*** Block opens ***
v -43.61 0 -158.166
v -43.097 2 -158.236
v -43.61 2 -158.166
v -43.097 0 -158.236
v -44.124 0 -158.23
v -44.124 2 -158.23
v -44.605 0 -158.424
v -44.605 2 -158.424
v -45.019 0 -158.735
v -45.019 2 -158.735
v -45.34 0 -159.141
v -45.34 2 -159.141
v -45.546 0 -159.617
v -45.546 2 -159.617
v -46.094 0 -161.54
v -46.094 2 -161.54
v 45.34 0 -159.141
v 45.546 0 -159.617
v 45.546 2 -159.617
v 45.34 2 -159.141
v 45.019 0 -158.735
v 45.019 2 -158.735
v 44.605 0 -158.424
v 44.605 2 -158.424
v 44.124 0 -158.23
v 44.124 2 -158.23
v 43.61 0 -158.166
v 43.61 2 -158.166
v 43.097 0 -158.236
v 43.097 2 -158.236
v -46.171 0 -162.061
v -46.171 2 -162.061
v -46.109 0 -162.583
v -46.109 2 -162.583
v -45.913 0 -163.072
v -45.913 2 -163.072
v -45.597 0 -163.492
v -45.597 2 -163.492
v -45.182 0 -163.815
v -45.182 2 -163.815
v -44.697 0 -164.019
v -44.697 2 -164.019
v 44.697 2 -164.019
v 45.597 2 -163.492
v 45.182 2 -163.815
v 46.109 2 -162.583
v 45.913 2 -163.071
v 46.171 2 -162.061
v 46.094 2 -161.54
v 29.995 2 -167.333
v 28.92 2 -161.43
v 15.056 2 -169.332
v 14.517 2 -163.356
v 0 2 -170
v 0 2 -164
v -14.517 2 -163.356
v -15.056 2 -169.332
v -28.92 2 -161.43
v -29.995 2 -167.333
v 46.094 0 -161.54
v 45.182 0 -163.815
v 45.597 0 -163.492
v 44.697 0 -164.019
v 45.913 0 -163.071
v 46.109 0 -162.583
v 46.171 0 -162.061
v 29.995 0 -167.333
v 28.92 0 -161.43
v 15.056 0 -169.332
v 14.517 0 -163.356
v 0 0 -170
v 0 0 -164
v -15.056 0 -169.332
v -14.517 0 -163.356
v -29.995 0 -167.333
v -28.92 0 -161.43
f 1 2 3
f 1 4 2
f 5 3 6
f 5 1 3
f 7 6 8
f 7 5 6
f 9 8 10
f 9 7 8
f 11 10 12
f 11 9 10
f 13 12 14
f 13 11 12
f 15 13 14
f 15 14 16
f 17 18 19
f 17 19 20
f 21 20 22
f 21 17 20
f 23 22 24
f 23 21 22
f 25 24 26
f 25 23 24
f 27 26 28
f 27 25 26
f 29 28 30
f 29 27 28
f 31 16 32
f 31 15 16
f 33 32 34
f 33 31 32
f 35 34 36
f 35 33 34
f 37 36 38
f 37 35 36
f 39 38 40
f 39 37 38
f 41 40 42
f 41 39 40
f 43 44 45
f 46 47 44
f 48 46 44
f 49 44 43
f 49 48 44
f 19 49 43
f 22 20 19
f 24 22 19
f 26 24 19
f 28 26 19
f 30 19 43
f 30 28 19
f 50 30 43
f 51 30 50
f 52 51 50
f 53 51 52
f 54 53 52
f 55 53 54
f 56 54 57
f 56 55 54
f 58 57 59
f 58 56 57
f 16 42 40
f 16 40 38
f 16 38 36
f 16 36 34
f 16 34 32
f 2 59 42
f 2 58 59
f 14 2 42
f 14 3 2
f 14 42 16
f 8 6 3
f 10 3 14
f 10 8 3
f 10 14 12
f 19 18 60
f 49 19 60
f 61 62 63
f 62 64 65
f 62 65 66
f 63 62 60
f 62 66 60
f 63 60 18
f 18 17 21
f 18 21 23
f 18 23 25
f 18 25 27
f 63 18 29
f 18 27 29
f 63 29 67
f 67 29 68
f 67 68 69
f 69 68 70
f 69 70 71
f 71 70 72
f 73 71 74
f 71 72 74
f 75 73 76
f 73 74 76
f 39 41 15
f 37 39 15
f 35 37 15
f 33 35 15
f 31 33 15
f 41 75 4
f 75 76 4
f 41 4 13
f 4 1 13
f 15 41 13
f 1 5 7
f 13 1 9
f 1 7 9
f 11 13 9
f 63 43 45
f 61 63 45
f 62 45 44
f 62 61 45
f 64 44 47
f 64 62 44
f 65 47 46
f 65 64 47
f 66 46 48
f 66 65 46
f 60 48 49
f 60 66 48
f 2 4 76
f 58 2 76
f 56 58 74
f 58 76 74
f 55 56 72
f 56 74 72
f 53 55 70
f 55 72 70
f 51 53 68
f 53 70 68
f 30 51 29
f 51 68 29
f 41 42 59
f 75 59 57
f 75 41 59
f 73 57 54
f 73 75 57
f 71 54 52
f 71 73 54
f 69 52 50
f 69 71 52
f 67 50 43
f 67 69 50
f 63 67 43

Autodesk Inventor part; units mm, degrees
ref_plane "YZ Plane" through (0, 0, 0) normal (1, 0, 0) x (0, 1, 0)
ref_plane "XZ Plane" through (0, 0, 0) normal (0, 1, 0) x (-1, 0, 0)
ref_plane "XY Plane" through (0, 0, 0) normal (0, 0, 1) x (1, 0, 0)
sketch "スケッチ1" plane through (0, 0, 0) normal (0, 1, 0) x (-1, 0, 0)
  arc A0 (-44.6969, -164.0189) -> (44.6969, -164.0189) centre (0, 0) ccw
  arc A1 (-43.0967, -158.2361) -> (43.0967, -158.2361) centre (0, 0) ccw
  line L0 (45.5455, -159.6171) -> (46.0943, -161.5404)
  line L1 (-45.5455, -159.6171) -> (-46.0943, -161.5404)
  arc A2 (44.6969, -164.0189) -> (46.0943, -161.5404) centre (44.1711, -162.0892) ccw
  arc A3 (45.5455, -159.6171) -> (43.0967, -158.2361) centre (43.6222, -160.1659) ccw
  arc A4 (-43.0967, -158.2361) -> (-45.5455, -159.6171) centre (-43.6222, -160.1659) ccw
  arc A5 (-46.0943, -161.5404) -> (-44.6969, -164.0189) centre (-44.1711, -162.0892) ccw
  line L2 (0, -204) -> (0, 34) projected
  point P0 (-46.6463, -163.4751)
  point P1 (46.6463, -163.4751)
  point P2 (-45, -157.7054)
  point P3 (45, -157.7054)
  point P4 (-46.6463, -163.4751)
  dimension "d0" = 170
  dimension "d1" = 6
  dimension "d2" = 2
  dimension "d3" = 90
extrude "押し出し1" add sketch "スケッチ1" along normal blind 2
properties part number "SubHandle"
*** Block closes ***
*** Block opens ***
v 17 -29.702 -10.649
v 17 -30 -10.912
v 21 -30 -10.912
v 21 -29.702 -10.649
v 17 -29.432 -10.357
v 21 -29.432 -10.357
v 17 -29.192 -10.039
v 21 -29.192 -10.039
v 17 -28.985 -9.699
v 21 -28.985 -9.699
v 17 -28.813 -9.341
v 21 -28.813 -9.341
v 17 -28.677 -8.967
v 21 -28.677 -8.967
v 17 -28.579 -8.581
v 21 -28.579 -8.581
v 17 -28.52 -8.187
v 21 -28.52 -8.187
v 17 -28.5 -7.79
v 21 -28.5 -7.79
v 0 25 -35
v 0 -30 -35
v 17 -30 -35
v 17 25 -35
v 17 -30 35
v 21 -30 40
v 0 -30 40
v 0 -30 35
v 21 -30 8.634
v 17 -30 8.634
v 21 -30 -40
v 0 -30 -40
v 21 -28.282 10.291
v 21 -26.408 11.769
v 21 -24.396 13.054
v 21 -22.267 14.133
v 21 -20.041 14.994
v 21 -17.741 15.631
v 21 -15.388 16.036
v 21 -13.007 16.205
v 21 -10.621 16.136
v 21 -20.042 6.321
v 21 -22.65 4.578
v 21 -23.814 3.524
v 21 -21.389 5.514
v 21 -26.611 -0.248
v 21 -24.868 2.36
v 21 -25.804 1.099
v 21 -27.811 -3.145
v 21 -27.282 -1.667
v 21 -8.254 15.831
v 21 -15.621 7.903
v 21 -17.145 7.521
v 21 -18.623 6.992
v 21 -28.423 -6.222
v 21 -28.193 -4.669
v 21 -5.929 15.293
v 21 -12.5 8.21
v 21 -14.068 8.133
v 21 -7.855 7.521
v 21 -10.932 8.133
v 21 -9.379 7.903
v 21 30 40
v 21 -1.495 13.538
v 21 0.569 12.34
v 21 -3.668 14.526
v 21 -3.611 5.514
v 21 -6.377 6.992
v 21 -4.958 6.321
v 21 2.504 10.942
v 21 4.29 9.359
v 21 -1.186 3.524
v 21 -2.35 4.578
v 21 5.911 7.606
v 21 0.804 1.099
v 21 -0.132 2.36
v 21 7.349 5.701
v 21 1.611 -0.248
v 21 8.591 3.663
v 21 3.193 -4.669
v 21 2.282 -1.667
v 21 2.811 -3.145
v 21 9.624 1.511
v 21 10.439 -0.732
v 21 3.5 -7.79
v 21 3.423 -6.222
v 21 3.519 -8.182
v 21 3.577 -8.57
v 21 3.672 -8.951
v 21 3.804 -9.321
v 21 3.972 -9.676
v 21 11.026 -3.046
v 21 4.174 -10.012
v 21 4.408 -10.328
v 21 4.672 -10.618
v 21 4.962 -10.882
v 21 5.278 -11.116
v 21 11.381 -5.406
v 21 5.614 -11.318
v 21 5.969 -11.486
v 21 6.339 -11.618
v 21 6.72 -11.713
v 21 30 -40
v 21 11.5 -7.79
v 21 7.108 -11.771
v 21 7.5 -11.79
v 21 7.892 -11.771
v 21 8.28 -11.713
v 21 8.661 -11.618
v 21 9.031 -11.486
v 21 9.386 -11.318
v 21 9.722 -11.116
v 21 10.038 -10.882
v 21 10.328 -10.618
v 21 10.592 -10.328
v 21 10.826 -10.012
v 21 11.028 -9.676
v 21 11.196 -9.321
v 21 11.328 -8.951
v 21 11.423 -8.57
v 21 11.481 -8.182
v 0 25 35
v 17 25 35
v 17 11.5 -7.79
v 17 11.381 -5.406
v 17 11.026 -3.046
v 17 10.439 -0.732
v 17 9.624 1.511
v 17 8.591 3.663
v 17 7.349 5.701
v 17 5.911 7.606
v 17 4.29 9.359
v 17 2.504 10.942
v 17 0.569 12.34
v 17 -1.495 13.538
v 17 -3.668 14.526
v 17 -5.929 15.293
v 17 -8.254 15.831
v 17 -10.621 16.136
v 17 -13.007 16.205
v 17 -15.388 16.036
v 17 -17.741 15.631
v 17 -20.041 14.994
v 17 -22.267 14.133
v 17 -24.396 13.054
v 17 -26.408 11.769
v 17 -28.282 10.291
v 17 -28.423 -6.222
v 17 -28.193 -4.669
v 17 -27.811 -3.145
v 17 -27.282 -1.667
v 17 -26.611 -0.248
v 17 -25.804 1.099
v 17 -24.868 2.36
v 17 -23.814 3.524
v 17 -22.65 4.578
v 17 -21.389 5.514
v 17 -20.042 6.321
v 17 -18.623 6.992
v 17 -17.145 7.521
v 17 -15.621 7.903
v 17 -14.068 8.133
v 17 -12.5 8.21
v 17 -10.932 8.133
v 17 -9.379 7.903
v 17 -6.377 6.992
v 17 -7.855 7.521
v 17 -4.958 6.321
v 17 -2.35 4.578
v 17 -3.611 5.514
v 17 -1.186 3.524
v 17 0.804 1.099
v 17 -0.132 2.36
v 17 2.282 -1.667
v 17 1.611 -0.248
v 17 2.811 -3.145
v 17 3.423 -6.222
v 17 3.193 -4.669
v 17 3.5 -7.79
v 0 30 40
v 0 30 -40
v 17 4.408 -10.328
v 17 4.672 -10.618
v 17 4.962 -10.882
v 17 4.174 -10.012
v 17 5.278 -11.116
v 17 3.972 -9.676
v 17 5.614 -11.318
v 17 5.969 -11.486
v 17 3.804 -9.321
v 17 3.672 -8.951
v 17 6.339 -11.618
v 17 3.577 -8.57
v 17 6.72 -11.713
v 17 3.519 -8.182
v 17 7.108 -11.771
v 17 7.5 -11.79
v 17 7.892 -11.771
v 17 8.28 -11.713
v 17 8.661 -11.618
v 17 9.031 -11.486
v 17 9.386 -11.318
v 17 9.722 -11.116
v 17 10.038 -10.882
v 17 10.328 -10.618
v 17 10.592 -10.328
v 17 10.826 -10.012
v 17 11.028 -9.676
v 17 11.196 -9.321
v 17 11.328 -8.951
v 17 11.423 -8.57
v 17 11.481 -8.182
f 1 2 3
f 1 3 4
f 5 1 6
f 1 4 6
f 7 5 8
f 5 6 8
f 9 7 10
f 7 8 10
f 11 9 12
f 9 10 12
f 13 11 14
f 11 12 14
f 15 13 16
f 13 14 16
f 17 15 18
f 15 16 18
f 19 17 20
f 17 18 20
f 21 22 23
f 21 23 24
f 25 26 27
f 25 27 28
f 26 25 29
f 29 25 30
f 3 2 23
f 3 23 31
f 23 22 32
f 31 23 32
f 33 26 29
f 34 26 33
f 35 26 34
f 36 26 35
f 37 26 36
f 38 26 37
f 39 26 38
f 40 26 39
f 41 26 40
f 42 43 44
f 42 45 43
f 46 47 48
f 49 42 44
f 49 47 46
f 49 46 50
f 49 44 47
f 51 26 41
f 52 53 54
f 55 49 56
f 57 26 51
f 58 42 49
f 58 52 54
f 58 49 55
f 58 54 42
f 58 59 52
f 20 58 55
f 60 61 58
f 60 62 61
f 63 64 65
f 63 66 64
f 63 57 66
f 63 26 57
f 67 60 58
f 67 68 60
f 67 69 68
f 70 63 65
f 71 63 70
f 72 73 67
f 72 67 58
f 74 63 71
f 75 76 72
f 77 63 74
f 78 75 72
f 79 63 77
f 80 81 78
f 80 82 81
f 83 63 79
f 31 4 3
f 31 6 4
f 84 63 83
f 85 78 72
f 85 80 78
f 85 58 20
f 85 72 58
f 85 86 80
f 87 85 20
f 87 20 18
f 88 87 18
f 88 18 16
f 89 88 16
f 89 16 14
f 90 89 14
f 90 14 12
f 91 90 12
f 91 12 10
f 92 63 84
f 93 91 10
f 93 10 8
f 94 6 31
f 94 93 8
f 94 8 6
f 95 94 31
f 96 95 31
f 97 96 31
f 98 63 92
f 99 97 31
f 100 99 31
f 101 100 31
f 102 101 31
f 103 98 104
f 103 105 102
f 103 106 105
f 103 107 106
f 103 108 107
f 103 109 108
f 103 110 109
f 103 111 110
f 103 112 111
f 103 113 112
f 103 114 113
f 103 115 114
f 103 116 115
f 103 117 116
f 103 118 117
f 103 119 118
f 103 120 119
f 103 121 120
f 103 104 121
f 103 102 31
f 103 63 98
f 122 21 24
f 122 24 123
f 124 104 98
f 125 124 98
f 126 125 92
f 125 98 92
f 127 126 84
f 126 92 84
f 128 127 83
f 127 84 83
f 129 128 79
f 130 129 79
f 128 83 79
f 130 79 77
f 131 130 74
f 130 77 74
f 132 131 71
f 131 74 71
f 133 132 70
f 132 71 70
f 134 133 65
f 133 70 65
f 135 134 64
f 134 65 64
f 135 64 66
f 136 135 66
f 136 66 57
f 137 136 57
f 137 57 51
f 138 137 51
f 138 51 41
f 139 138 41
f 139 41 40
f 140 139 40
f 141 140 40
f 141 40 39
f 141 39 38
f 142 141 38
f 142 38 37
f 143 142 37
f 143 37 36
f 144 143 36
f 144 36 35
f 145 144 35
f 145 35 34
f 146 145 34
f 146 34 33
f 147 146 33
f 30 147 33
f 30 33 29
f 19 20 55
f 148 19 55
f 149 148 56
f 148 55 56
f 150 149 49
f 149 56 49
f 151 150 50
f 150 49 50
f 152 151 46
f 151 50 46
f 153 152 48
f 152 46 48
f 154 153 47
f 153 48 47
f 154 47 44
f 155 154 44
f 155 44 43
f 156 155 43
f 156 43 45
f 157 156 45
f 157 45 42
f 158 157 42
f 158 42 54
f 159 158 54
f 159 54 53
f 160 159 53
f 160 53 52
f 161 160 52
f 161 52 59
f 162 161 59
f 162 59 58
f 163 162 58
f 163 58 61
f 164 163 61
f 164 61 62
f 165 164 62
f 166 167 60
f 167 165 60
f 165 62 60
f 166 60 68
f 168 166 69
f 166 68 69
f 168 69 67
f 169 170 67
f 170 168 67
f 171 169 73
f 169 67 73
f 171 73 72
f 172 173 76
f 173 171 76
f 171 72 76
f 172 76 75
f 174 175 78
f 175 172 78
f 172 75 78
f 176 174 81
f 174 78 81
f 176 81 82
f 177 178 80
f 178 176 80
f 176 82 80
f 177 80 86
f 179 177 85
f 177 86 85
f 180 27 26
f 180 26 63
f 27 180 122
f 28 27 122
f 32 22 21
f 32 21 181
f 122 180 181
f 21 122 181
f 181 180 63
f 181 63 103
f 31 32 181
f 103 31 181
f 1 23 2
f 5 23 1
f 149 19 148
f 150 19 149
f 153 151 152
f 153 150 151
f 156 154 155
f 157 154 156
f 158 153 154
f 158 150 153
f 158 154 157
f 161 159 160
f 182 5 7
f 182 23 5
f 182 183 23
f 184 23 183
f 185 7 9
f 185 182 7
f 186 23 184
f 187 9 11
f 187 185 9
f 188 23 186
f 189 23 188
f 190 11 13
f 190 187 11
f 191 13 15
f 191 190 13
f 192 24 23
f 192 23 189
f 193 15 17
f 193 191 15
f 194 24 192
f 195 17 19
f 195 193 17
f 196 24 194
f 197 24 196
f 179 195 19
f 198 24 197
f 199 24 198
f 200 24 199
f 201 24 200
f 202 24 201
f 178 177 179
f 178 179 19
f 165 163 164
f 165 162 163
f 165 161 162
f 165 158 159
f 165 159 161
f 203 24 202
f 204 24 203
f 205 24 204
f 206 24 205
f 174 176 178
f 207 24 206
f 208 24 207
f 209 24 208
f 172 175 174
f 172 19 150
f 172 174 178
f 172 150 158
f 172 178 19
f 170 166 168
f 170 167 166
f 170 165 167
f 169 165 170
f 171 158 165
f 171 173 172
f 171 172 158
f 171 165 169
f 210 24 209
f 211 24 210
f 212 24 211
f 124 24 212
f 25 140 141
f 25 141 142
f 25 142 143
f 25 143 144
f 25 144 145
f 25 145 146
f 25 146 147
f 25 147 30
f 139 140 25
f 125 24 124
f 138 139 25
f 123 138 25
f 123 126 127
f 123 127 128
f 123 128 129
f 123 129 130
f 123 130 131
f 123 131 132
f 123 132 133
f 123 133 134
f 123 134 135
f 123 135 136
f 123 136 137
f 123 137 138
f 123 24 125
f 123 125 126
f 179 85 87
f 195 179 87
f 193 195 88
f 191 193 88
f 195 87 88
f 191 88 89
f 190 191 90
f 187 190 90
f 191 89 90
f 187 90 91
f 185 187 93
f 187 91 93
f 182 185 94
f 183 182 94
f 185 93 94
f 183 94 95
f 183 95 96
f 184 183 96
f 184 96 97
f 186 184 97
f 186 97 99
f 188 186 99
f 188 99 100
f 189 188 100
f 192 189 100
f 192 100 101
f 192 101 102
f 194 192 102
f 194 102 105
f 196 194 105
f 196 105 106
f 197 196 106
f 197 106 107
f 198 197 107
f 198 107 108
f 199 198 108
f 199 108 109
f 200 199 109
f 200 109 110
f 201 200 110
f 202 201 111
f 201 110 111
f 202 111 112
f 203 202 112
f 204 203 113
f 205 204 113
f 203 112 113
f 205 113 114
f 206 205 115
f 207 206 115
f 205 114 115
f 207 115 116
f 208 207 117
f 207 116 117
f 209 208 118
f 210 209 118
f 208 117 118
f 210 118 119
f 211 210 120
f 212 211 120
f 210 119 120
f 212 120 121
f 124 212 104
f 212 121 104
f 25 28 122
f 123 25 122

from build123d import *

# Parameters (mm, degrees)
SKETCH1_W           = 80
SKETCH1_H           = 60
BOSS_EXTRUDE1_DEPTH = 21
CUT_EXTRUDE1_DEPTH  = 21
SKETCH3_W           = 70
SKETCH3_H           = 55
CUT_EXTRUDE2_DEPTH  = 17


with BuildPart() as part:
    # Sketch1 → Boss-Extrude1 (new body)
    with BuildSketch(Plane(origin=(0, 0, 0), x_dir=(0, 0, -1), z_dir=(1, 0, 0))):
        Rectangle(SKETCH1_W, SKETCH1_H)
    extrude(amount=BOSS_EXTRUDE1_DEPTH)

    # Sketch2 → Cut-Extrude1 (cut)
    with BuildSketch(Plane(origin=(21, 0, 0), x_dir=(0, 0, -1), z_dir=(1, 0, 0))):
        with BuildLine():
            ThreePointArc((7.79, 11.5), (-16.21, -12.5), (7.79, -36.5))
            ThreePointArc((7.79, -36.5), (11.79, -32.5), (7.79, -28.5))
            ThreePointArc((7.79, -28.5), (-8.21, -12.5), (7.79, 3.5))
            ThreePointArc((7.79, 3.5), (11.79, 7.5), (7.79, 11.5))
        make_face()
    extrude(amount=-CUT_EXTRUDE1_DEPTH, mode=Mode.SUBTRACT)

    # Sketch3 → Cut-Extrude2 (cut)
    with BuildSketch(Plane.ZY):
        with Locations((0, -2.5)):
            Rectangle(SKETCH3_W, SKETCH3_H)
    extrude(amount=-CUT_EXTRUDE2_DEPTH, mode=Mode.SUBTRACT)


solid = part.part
*** Block closes ***
## Task to complete
Reproduce, exactly as they stand in the data above, the lines from the one that holds "f 182 185 94" to the one that holds "f 123 25 122", inclusive.

## Answer for the task
f 182 185 94
f 183 182 94
f 185 93 94
f 183 94 95
f 183 95 96
f 184 183 96
f 184 96 97
f 186 184 97
f 186 97 99
f 188 186 99
f 188 99 100
f 189 188 100
f 192 189 100
f 192 100 101
f 192 101 102
f 194 192 102
f 194 102 105
f 196 194 105
f 196 105 106
f 197 196 106
f 197 106 107
f 198 197 107
f 198 107 108
f 199 198 108
f 199 108 109
f 200 199 109
f 200 109 110
f 201 200 110
f 202 201 111
f 201 110 111
f 202 111 112
f 203 202 112
f 204 203 113
f 205 204 113
f 203 112 113
f 205 113 114
f 206 205 115
f 207 206 115
f 205 114 115
f 207 115 116
f 208 207 117
f 207 116 117
f 209 208 118
f 210 209 118
f 208 117 118
f 210 118 119
f 211 210 120
f 212 211 120
f 210 119 120
f 212 120 121
f 124 212 104
f 212 121 104
f 25 28 122
f 123 25 122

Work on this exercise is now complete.